Control Systems for Energy and Lighting Management in Buildings

To make the buildings more user-friendly and improve ecological inter-dependence, one of the first things the designers do is to make use of building automation. This establishes a centralized command that helps coordinate the working and improve the functionality of the building. Automation in building control extends to all aspects including lighting, ventilation, structural modifications, and more. Optimum lighting control solutions form one of the major aspects of the building automation.

Input and output controls

The building automation experts install sensors at strategic points in the building. By reading the manual output of these instruments, they are able to establish the necessity for controls. All the building environmental and design factors are operated by another set of sensors.

A separate digital input indicates whether the device is working or has been put off. The various factors that would need control would include airflow switch, a current switch, relay contact, and the AC/DC signal. You could also use pulse type of digital inputs such as when you use one to count the number of pulses as in the case of a turbine flow meter.

lighting control solutions with cellphone

Analog output controls find use in positioning a device or controlling its speed. An example is the variable frequency drive. Or, it could be a valve or damper actuator. You can see this in actual practice as the valve opening at 30ºC to release the steam and maintain the set point. One practical application of the variable frequency drive is the gradual ramping of the motor so that you avoid a hard start.

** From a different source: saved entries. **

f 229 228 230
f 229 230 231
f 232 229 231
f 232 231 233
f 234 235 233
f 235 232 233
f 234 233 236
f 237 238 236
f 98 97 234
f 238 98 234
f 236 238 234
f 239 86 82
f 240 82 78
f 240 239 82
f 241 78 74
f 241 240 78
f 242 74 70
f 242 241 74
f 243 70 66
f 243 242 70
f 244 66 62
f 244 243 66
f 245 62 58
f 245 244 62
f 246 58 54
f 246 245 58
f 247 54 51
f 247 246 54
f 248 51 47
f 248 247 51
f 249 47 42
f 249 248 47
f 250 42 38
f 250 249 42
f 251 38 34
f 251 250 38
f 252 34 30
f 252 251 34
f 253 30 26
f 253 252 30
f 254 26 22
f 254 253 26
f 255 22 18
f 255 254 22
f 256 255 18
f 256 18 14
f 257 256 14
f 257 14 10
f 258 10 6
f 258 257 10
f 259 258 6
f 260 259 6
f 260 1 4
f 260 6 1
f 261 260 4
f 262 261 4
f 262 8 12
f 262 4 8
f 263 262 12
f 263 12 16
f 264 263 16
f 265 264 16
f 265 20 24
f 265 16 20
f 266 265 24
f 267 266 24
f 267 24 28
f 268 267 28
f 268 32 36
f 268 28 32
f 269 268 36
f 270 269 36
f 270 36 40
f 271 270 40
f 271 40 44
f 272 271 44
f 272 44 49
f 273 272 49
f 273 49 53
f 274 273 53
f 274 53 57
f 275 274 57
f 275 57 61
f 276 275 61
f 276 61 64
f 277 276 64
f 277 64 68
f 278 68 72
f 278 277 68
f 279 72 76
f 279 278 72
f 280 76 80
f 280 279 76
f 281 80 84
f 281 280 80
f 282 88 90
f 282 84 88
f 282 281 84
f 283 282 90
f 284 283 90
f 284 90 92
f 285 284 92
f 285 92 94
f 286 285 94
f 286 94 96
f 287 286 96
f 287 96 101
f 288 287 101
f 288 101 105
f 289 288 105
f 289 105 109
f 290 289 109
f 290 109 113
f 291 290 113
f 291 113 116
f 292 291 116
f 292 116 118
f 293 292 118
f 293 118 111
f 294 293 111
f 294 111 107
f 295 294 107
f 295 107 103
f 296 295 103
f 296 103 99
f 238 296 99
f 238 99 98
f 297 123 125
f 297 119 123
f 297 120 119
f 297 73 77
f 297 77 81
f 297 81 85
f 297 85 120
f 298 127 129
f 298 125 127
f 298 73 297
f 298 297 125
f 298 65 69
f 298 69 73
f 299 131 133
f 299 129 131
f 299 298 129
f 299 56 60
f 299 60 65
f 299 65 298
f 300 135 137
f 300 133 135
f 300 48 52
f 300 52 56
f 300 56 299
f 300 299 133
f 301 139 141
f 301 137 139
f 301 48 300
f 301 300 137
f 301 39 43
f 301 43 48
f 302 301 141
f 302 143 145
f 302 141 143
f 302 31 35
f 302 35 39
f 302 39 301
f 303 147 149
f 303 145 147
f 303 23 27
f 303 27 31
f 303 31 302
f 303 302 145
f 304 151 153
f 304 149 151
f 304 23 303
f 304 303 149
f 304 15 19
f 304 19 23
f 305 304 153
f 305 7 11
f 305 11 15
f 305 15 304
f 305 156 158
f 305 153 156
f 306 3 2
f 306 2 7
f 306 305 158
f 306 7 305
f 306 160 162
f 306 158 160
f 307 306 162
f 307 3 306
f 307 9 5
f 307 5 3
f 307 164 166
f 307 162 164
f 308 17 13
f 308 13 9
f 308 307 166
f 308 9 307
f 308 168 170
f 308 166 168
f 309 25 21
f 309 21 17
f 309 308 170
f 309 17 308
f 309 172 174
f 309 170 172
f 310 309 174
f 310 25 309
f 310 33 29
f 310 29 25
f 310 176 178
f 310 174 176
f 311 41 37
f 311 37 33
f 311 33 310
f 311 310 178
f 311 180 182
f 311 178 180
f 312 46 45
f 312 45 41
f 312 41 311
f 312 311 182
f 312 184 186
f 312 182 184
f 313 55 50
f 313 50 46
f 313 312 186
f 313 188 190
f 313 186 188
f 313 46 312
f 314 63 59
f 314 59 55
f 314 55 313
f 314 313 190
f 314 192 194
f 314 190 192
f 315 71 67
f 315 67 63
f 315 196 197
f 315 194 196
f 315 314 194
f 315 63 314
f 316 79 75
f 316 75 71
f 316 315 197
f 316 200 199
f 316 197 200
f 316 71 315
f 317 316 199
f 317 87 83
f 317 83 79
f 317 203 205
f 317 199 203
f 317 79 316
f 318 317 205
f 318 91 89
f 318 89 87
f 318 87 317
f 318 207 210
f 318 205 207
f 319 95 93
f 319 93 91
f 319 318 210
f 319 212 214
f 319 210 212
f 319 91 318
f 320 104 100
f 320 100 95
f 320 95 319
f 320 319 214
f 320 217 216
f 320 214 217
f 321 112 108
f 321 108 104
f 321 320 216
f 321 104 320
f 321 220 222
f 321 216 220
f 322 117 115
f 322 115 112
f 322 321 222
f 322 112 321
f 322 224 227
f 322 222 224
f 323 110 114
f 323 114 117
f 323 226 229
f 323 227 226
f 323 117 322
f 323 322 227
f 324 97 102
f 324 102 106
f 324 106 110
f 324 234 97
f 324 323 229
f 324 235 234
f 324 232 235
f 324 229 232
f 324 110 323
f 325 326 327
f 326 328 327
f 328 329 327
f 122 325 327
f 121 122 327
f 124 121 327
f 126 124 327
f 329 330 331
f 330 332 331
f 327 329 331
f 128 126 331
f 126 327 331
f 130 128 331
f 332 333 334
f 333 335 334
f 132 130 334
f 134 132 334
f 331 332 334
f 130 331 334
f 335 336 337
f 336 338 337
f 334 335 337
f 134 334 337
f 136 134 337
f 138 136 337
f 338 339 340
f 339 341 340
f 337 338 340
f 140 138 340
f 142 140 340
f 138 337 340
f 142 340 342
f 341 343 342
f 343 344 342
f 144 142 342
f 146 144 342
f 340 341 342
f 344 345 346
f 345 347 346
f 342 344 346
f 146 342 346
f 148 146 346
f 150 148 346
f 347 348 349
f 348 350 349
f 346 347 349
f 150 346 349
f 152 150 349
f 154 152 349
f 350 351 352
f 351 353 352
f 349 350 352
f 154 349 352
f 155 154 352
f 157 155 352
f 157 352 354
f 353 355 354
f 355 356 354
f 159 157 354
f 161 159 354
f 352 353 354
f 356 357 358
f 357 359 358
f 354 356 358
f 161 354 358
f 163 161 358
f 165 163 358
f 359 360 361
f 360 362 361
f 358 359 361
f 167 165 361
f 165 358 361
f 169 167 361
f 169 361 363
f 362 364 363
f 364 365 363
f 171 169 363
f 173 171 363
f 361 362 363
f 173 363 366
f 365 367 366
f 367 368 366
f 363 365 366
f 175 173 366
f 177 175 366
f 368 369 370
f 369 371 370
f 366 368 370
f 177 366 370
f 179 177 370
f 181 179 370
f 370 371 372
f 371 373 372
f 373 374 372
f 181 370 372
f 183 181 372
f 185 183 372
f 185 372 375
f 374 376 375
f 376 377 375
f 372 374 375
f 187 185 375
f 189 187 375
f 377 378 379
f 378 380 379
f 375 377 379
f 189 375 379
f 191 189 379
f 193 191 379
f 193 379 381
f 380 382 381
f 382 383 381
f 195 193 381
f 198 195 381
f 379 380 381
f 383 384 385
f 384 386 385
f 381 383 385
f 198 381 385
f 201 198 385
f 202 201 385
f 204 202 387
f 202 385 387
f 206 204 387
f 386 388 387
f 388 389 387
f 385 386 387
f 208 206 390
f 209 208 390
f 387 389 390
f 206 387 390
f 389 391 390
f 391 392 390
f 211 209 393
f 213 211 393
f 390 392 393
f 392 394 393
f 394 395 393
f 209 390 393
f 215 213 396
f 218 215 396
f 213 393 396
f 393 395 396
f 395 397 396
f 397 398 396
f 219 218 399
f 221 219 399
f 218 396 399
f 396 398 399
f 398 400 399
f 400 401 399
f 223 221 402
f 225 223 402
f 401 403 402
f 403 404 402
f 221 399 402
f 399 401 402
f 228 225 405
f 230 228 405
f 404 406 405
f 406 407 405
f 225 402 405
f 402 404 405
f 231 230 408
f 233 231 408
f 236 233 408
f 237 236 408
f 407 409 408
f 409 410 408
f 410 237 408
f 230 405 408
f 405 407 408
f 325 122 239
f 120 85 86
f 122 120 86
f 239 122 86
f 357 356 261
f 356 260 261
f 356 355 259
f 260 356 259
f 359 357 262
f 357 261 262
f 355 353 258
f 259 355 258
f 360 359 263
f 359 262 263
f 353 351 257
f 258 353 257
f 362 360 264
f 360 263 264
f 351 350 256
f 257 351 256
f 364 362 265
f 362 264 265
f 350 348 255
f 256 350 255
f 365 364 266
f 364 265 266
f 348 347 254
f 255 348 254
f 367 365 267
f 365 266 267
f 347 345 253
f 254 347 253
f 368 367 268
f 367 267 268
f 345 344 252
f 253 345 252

You can use digital outputs to open and close switches and relays so you can drive a load on command. You see this in the automatic ‘turn on’ of the park lights when the photo sensor indicates that it is dark. You could find the digital type of devices in use in various applications. One such is the energy meter that reads the power in the circuit.

Use of the controller

You can control devices commonly found in buildings with a controller.  This is a centrally located unit inside the building with an input and an output capability. For instance, using this, you can read and record the humidity, temperature, pressure, airflow, and many more such things. According to the need, you can vary the nature of the input and output to be analog or digital.

Controllers used in building automation falls into three categories. One is the Programmable Logic Controllers (PLCs) terminal unit controllers, and system or network controllers. You might have a stand-alone third-party system, say an air conditioner, which is integrated into the system grid.

Occupancy is the operating mode of the building automation. This means that the automation devices operate in one of the modes – Unoccupied, Morning Warm-up, and Night Setback. The aim is to provide comfortable lighting, ventilation, and facilities whenever the occupants want it. Temperature sensors, light sensitive diodes, and other similar devices help monitor the situation all the time. Lighting can be turned on or off on demand.